### EXERCISE GOAL:
Output every record exactly, and nothing more.
BEGIN DATASET
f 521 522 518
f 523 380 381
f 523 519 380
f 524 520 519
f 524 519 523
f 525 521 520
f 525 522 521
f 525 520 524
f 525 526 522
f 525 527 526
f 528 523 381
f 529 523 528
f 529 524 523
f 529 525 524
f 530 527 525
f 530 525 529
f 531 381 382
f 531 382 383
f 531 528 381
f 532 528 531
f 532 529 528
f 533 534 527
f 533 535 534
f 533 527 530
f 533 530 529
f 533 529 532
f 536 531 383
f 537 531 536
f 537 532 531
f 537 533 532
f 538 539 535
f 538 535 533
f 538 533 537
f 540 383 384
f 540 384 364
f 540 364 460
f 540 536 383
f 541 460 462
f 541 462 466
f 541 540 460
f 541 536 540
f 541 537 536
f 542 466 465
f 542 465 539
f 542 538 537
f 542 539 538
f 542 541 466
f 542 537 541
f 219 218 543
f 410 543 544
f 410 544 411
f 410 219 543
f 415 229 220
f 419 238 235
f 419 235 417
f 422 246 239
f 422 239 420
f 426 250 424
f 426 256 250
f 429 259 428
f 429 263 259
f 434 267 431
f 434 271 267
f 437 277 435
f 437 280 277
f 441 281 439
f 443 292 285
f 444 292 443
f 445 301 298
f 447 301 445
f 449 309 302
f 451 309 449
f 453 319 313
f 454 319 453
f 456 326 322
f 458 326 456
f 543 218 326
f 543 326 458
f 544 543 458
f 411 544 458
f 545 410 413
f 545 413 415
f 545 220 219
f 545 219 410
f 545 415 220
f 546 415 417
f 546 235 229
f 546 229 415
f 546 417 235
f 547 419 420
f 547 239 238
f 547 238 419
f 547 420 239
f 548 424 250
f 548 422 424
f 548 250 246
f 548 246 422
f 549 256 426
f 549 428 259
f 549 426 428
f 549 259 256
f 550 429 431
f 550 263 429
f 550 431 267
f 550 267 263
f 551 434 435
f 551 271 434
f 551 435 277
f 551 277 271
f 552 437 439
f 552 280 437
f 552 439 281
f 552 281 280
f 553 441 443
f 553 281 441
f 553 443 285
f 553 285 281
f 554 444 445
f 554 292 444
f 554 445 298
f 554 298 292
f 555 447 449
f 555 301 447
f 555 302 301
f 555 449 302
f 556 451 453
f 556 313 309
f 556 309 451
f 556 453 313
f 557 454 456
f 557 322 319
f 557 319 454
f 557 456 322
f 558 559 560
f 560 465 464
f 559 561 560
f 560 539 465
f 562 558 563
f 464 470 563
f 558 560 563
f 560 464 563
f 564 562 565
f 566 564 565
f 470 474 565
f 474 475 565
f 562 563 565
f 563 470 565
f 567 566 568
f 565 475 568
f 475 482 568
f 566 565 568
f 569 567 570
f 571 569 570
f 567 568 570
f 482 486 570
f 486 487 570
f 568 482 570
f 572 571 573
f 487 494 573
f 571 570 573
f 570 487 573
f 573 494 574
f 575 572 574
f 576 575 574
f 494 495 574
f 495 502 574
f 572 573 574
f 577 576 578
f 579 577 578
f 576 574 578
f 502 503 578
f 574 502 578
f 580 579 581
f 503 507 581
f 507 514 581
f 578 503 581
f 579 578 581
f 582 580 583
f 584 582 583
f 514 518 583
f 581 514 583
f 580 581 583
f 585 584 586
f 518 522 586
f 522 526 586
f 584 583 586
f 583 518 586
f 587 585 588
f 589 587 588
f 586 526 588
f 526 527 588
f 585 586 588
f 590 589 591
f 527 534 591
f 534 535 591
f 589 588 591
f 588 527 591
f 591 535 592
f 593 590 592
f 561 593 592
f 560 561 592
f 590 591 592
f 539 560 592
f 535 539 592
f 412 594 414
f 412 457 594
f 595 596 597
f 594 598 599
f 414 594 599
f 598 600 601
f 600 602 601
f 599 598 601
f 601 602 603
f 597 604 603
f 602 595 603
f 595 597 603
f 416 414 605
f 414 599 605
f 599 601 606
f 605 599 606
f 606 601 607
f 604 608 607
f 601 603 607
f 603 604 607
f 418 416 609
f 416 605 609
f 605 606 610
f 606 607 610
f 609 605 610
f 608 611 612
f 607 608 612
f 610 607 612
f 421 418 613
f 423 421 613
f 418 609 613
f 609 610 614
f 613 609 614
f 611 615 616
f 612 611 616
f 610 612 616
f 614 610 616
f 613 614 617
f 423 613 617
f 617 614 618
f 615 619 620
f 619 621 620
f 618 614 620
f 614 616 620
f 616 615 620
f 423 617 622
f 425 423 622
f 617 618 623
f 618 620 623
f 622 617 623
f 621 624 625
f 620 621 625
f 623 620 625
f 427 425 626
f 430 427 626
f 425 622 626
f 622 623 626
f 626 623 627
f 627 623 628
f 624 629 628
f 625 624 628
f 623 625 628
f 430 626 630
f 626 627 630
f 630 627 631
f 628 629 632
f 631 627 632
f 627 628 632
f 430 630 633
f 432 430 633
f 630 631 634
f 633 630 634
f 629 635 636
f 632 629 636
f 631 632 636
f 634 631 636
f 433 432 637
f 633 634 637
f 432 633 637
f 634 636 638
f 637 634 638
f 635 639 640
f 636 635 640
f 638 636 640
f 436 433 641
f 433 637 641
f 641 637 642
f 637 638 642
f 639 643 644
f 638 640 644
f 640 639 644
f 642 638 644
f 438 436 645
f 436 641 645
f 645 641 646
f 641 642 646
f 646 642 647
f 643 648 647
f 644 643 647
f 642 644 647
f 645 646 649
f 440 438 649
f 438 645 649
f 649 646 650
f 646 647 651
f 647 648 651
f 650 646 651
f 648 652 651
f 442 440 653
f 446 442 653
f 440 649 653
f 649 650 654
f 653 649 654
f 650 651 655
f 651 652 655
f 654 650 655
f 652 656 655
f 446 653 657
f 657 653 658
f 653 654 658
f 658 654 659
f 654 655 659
END DATASET
### ANSWER FOR THE TASK:
f 521 522 518
f 523 380 381
f 523 519 380
f 524 520 519
f 524 519 523
f 525 521 520
f 525 522 521
f 525 520 524
f 525 526 522
f 525 527 526
f 528 523 381
f 529 523 528
f 529 524 523
f 529 525 524
f 530 527 525
f 530 525 529
f 531 381 382
f 531 382 383
f 531 528 381
f 532 528 531
f 532 529 528
f 533 534 527
f 533 535 534
f 533 527 530
f 533 530 529
f 533 529 532
f 536 531 383
f 537 531 536
f 537 532 531
f 537 533 532
f 538 539 535
f 538 535 533
f 538 533 537
f 540 383 384
f 540 384 364
f 540 364 460
f 540 536 383
f 541 460 462
f 541 462 466
f 541 540 460
f 541 536 540
f 541 537 536
f 542 466 465
f 542 465 539
f 542 538 537
f 542 539 538
f 542 541 466
f 542 537 541
f 219 218 543
f 410 543 544
f 410 544 411
f 410 219 543
f 415 229 220
f 419 238 235
f 419 235 417
f 422 246 239
f 422 239 420
f 426 250 424
f 426 256 250
f 429 259 428
f 429 263 259
f 434 267 431
f 434 271 267
f 437 277 435
f 437 280 277
f 441 281 439
f 443 292 285
f 444 292 443
f 445 301 298
f 447 301 445
f 449 309 302
f 451 309 449
f 453 319 313
f 454 319 453
f 456 326 322
f 458 326 456
f 543 218 326
f 543 326 458
f 544 543 458
f 411 544 458
f 545 410 413
f 545 413 415
f 545 220 219
f 545 219 410
f 545 415 220
f 546 415 417
f 546 235 229
f 546 229 415
f 546 417 235
f 547 419 420
f 547 239 238
f 547 238 419
f 547 420 239
f 548 424 250
f 548 422 424
f 548 250 246
f 548 246 422
f 549 256 426
f 549 428 259
f 549 426 428
f 549 259 256
f 550 429 431
f 550 263 429
f 550 431 267
f 550 267 263
f 551 434 435
f 551 271 434
f 551 435 277
f 551 277 271
f 552 437 439
f 552 280 437
f 552 439 281
f 552 281 280
f 553 441 443
f 553 281 441
f 553 443 285
f 553 285 281
f 554 444 445
f 554 292 444
f 554 445 298
f 554 298 292
f 555 447 449
f 555 301 447
f 555 302 301
f 555 449 302
f 556 451 453
f 556 313 309
f 556 309 451
f 556 453 313
f 557 454 456
f 557 322 319
f 557 319 454
f 557 456 322
f 558 559 560
f 560 465 464
f 559 561 560
f 560 539 465
f 562 558 563
f 464 470 563
f 558 560 563
f 560 464 563
f 564 562 565
f 566 564 565
f 470 474 565
f 474 475 565
f 562 563 565
f 563 470 565
f 567 566 568
f 565 475 568
f 475 482 568
f 566 565 568
f 569 567 570
f 571 569 570
f 567 568 570
f 482 486 570
f 486 487 570
f 568 482 570
f 572 571 573
f 487 494 573
f 571 570 573
f 570 487 573
f 573 494 574
f 575 572 574
f 576 575 574
f 494 495 574
f 495 502 574
f 572 573 574
f 577 576 578
f 579 577 578
f 576 574 578
f 502 503 578
f 574 502 578
f 580 579 581
f 503 507 581
f 507 514 581
f 578 503 581
f 579 578 581
f 582 580 583
f 584 582 583
f 514 518 583
f 581 514 583
f 580 581 583
f 585 584 586
f 518 522 586
f 522 526 586
f 584 583 586
f 583 518 586
f 587 585 588
f 589 587 588
f 586 526 588
f 526 527 588
f 585 586 588
f 590 589 591
f 527 534 591
f 534 535 591
f 589 588 591
f 588 527 591
f 591 535 592
f 593 590 592
f 561 593 592
f 560 561 592
f 590 591 592
f 539 560 592
f 535 539 592
f 412 594 414
f 412 457 594
f 595 596 597
f 594 598 599
f 414 594 599
f 598 600 601
f 600 602 601
f 599 598 601
f 601 602 603
f 597 604 603
f 602 595 603
f 595 597 603
f 416 414 605
f 414 599 605
f 599 601 606
f 605 599 606
f 606 601 607
f 604 608 607
f 601 603 607
f 603 604 607
f 418 416 609
f 416 605 609
f 605 606 610
f 606 607 610
f 609 605 610
f 608 611 612
f 607 608 612
f 610 607 612
f 421 418 613
f 423 421 613
f 418 609 613
f 609 610 614
f 613 609 614
f 611 615 616
f 612 611 616
f 610 612 616
f 614 610 616
f 613 614 617
f 423 613 617
f 617 614 618
f 615 619 620
f 619 621 620
f 618 614 620
f 614 616 620
f 616 615 620
f 423 617 622
f 425 423 622
f 617 618 623
f 618 620 623
f 622 617 623
f 621 624 625
f 620 621 625
f 623 620 625
f 427 425 626
f 430 427 626
f 425 622 626
f 622 623 626
f 626 623 627
f 627 623 628
f 624 629 628
f 625 624 628
f 623 625 628
f 430 626 630
f 626 627 630
f 630 627 631
f 628 629 632
f 631 627 632
f 627 628 632
f 430 630 633
f 432 430 633
f 630 631 634
f 633 630 634
f 629 635 636
f 632 629 636
f 631 632 636
f 634 631 636
f 433 432 637
f 633 634 637
f 432 633 637
f 634 636 638
f 637 634 638
f 635 639 640
f 636 635 640
f 638 636 640
f 436 433 641
f 433 637 641
f 641 637 642
f 637 638 642
f 639 643 644
f 638 640 644
f 640 639 644
f 642 638 644
f 438 436 645
f 436 641 645
f 645 641 646
f 641 642 646
f 646 642 647
f 643 648 647
f 644 643 647
f 642 644 647
f 645 646 649
f 440 438 649
f 438 645 649
f 649 646 650
f 646 647 651
f 647 648 651
f 650 646 651
f 648 652 651
f 442 440 653
f 446 442 653
f 440 649 653
f 649 650 654
f 653 649 654
f 650 651 655
f 651 652 655
f 654 650 655
f 652 656 655
f 446 653 657
f 657 653 658
f 653 654 658
f 658 654 659
f 654 655 659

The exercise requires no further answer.